Before it burned down, the Russian legation complex was L-shaped with a three-story tower and the front and sides were adorned with arched arcades and pediments.

A joint excavation conducted in 1981 by Seoul City and the Cultural Heritage Administration of Korea unveiled a secret chamber and an underground passage. The 20-meter-long passage is narrow, a mere 45-centimeters wide, and it links the chamber and the main office of the legation together. It is also said that the cellar of the tower was connected to Deoksu Palace by another tunnel.

To get to the Russian legation tower, go to City Hall Station, line No. 1 or 2, exit 1. Walk straight and turn left at Deoksu Palace and then walk straight until you encounter a roundabout. Take the second road on the right and keep walking until you see a hilly alley between the Canadian Embassy and Yewon School on your right-hand side. The tower is up on the hill.

Daehan Uiwon

In front of Seoul National University in Daehangno in eastern Seoul, is the old Daehan Uiwon, or the Great Han Hospital.

Built in 1907, it was a Western-style medical institution that provided comprehensive medical services during the late Joseon Dynasty.

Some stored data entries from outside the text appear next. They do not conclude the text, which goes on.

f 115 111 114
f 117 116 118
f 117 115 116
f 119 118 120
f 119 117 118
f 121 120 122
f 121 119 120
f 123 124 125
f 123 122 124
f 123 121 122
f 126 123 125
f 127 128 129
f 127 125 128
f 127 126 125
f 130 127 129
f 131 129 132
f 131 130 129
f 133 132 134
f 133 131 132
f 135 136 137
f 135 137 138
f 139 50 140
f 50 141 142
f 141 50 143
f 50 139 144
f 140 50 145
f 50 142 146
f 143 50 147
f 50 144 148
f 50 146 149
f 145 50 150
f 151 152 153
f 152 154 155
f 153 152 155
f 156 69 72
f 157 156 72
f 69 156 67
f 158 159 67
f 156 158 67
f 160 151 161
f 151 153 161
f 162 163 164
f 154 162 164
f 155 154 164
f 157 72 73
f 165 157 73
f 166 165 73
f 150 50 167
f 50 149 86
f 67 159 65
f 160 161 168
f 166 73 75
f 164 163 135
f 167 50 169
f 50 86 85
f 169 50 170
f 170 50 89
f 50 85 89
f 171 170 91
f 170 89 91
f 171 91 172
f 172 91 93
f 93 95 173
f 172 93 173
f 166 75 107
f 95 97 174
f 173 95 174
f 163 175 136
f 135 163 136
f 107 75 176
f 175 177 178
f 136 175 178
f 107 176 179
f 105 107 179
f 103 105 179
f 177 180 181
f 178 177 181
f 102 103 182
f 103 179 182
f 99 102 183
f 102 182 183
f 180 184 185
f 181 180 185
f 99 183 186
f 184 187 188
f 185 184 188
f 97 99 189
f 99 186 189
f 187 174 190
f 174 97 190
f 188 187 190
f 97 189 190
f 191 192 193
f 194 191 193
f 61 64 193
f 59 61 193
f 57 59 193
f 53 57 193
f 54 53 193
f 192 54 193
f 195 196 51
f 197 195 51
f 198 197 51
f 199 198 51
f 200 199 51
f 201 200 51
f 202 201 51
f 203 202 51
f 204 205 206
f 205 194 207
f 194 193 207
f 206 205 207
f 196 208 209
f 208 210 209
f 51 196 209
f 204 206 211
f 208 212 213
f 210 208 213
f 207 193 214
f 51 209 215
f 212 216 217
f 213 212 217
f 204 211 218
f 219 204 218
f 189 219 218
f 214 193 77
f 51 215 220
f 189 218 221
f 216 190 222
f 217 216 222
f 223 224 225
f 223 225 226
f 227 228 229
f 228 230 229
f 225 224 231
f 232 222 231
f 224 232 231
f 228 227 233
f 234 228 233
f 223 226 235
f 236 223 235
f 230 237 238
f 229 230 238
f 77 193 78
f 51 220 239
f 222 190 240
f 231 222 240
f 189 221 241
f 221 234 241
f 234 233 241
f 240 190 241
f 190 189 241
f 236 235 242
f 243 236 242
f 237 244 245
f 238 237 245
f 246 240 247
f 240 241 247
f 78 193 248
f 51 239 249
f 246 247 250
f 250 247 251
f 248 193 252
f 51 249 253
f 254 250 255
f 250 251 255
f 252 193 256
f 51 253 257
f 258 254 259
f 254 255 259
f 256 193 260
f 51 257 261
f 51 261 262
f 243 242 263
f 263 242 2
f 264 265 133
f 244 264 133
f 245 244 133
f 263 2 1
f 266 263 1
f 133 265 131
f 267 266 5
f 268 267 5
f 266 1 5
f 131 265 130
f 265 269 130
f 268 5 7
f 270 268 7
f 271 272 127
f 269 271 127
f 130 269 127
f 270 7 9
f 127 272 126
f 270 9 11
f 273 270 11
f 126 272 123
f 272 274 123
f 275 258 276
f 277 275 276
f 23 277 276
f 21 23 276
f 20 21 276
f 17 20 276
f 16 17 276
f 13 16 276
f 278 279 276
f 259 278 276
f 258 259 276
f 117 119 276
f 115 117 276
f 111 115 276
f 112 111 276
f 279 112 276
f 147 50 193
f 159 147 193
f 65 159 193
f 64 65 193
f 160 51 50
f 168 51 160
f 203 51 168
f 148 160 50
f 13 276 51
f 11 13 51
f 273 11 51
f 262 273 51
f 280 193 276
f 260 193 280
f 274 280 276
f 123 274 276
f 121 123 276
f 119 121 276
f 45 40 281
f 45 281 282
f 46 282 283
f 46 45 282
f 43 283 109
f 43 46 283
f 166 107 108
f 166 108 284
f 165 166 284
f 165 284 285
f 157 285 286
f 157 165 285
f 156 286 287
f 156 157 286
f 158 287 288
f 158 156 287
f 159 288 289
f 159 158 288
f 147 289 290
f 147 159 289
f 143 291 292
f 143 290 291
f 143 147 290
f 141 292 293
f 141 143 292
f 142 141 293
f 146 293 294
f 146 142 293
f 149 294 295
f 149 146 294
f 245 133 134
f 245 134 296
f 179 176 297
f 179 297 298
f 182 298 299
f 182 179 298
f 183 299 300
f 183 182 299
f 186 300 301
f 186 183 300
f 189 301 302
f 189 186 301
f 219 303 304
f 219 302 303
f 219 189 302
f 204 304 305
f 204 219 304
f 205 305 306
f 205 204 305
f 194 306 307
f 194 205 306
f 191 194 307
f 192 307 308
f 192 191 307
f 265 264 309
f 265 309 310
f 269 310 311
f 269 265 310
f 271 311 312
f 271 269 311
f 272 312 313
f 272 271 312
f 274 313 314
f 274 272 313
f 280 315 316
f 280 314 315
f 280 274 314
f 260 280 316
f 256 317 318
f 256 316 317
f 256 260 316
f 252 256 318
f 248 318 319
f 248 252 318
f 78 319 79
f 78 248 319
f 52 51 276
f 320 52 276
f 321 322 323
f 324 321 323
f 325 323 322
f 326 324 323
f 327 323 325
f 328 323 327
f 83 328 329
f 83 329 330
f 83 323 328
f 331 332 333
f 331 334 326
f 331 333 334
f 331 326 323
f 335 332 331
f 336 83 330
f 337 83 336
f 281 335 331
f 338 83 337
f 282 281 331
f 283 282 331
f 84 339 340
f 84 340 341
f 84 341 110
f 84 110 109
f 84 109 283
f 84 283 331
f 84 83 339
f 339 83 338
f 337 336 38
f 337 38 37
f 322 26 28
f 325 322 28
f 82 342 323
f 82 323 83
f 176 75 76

The two-story building was established by integrating three medical facilities: the National Hospital, called Gwangjewon; Gyeongseong Medical School Hospital; and the Red Cross Hospital. Daehan Uiwon is situated on higher ground, overlooking Changgyeong Palace.

During the Japanese colonial period, Daehan Uiwon was reduced to a subordinate hospital by the Japanese Government-General of Korea.

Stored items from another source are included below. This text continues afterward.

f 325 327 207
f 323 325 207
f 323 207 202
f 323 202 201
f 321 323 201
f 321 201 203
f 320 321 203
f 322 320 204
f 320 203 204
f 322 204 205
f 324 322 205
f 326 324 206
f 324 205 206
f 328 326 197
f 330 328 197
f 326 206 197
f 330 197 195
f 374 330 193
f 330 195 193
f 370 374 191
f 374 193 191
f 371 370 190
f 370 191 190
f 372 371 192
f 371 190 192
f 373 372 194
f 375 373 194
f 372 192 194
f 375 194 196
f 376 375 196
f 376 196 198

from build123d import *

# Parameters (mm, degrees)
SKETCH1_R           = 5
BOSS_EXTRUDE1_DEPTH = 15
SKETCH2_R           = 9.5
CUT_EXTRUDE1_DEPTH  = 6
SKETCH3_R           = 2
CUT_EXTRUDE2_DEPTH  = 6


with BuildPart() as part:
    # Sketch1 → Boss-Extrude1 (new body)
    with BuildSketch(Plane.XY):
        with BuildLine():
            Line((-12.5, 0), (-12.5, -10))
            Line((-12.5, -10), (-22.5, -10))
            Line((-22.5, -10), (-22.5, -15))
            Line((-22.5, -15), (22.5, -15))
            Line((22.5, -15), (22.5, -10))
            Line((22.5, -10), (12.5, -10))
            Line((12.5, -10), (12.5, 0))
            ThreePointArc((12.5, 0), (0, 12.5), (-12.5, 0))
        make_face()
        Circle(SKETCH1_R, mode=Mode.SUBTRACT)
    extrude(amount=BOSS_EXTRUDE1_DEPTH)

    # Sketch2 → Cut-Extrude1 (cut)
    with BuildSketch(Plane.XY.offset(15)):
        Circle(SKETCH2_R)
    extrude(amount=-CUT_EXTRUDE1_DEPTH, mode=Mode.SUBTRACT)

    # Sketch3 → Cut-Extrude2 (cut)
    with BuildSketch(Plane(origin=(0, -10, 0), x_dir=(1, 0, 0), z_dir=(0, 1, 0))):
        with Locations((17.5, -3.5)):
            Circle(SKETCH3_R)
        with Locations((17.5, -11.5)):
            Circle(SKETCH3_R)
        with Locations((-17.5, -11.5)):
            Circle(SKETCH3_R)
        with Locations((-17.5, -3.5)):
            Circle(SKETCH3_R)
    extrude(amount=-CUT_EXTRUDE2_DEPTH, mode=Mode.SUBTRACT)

In 1926, its affiliate medical school was merged with Gyeongseong University and later became the Seoul National University Hospital following Korean independence in 1945.

A Japanese engineer, Yabashi Genji, at the Board of Architecture in the Ministry of Finance, designed the building.

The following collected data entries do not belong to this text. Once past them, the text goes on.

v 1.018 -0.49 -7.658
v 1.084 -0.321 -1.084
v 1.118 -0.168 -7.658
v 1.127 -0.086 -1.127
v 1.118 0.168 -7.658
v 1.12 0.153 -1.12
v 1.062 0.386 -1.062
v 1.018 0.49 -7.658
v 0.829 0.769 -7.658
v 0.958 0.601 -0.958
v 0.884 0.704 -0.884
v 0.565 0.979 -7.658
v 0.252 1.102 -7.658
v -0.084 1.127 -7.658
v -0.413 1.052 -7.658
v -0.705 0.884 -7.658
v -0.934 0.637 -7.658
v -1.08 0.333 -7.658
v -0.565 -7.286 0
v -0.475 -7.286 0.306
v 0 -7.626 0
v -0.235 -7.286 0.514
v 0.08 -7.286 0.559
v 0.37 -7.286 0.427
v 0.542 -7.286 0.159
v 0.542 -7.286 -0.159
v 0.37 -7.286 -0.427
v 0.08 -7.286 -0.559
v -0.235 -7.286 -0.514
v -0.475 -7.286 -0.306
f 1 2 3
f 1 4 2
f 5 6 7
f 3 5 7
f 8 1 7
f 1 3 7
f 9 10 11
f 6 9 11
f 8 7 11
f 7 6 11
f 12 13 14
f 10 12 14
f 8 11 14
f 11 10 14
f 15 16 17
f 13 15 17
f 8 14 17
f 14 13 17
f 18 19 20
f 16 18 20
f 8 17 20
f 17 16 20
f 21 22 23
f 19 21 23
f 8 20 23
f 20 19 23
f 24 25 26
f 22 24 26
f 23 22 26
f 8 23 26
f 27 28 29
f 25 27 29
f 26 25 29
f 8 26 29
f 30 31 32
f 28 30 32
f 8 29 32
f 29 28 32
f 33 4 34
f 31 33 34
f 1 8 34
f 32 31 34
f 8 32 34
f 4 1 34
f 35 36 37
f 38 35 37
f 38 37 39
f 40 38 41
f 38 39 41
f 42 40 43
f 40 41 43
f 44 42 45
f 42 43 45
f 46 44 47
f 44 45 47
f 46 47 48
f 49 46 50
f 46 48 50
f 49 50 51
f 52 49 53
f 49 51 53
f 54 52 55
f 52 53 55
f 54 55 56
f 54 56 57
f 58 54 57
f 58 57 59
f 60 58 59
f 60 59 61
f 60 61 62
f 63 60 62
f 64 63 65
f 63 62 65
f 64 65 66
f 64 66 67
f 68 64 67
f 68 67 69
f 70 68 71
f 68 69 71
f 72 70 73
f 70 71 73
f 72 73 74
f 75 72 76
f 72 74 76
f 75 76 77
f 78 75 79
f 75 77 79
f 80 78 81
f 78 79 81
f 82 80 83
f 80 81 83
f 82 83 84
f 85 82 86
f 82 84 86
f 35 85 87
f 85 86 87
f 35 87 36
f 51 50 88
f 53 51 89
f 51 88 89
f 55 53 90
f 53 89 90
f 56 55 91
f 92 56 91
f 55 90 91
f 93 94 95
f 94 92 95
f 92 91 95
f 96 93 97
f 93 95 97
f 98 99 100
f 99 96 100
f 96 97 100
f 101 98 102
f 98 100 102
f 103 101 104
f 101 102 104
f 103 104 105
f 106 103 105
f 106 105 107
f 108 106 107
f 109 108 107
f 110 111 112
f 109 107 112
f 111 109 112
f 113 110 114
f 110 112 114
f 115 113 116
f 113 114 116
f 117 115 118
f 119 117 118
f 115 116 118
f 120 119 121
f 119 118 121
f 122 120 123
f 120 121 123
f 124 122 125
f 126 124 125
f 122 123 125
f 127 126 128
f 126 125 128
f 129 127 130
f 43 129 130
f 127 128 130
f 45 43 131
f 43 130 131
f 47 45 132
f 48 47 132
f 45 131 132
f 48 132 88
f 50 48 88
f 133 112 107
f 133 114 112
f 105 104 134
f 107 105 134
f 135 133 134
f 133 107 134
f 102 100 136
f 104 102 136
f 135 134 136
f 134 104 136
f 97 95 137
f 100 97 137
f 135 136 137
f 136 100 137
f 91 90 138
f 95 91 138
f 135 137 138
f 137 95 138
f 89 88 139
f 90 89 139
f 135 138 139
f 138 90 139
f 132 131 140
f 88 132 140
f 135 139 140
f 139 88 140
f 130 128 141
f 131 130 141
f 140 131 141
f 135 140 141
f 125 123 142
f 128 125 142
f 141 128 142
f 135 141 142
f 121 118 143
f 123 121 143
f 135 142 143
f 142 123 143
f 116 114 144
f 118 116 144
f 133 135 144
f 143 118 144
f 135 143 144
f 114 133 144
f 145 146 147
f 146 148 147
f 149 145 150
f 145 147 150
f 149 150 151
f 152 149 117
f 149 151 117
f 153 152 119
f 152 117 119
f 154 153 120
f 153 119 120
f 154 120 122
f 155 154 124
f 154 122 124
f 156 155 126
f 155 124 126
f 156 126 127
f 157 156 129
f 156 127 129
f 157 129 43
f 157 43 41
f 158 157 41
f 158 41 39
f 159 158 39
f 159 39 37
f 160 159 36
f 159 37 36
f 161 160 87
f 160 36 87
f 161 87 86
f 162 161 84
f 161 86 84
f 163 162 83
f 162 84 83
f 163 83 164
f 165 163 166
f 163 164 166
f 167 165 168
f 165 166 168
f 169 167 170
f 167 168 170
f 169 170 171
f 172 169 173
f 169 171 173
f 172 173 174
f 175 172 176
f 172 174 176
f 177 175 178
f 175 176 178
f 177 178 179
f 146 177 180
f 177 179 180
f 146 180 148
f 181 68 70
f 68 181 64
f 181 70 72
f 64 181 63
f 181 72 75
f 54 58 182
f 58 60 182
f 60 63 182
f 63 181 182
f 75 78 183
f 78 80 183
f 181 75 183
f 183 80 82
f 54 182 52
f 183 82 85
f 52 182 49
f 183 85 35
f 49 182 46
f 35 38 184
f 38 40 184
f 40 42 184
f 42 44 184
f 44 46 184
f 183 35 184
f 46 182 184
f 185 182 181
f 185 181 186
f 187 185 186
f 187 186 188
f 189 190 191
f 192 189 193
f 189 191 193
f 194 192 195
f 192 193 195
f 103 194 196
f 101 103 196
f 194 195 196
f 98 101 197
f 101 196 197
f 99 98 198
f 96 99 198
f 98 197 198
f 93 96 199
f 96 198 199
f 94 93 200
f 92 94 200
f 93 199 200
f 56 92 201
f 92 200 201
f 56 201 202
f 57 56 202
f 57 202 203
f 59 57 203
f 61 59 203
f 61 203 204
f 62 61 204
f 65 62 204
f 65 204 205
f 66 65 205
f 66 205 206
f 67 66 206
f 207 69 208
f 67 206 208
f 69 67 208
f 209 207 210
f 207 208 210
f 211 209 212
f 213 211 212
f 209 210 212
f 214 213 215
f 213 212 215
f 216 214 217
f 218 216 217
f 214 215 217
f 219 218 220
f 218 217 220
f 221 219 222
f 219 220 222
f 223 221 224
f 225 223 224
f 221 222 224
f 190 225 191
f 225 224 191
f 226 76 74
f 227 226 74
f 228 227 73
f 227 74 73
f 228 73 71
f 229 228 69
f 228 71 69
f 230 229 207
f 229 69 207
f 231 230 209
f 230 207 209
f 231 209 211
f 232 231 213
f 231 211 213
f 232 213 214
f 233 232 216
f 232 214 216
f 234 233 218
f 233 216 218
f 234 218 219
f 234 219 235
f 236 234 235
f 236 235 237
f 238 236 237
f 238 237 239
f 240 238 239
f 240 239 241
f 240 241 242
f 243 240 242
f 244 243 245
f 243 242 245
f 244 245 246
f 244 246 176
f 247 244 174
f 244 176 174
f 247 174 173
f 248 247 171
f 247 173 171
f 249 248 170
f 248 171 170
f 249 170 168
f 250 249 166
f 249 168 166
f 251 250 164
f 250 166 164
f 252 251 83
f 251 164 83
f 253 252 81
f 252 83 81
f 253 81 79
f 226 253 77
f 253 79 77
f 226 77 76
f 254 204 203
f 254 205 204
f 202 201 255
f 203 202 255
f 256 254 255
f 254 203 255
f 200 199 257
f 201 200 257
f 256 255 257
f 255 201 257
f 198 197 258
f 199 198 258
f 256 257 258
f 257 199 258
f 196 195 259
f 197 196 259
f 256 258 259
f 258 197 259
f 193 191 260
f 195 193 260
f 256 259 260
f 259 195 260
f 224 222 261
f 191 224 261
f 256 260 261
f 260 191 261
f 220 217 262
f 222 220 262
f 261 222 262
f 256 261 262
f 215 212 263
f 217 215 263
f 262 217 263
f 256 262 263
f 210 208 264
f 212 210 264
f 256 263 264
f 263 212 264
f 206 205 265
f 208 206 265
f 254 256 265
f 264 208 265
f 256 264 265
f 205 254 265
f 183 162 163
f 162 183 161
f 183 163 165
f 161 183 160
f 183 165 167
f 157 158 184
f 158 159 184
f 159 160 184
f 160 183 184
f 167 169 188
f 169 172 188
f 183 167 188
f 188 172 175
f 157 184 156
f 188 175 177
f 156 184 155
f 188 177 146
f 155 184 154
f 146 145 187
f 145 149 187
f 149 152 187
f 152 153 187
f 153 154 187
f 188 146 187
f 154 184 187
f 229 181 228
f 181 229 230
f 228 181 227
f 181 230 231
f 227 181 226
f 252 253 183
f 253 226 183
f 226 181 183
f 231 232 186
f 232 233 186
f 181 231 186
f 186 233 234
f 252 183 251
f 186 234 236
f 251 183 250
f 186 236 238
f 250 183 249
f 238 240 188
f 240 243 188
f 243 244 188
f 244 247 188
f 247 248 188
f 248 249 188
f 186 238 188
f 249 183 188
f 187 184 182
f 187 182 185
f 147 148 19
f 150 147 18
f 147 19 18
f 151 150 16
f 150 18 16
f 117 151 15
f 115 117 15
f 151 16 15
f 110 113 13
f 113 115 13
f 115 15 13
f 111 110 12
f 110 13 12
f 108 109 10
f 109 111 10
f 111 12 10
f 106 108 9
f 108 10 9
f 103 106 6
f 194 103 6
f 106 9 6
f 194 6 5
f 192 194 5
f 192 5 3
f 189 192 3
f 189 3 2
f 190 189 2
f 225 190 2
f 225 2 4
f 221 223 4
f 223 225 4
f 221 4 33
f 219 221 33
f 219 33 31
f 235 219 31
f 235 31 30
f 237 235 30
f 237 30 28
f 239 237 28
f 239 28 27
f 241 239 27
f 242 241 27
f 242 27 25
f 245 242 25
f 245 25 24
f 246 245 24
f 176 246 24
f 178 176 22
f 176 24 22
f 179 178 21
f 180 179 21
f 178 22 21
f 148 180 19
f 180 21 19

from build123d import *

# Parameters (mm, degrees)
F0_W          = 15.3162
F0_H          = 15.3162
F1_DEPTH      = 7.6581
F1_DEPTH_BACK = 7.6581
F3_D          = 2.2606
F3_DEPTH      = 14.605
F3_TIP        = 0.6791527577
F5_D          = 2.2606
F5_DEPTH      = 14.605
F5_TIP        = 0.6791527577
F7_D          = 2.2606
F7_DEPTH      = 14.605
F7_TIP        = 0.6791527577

Similar to the aforementioned buildings, the hospital was built using granite and red bricks, while the roof is covered with copper. The facade is symmetrical both front and back, and constructed in the Neo-Baroque style.

You can visit the old Daehan Uiwon by getting off at Hyehwa Station, line No. 4, exit 3, and it’s behind Seoul National University Hospital.

Central Temple of Cheondogyo

Cheondogyo is a religion founded in Korea and means the religion of the heavenly way.

The temple was not only a place of worship but also home to the independence movement fighting against the Japanese.

Cheondogyo was a driving force of grassroots activism and numerous protests were held at the temple, including the March 1st Independence Movement, the children’s rights movement and the celebration of Kim Gu’s arrival back to Korea.

Construction of the temple was proposed by Son Byung-hui, the third head priest of Cheondogyo and one of Korea’s most-admired patriotic leaders.

Erected in 1921, it was built by a Japanese architect, Nakamura Yoshihei, who designed a number of commercial banks in Korea as well as Sookmyung Girls’ High School.

The two-story temple with a four-story tower was built in the Vienna Secession style, a style of Art Nouveau, while the roof was done in Baroque style.

The inside and outside walls of the temple are engraved with birch flowers and roses of Sharon, the national flower of Korea.

Having played an important role in much of the modern history of Korea, the building was designated as Tangible Cultural Property No. 36 by the Seoul government.

It was once regarded as one of the top three buildings in Korea, along with Myeongdong Cathedral and the Japanese Government-General Building erected during the Japanese colonial period.

You can get to the Central Temple of Cheondogyo from Anguk Station, line No. 3, exit 5. The temple can be reached by walking about 50 meters toward Nakwon Arcade.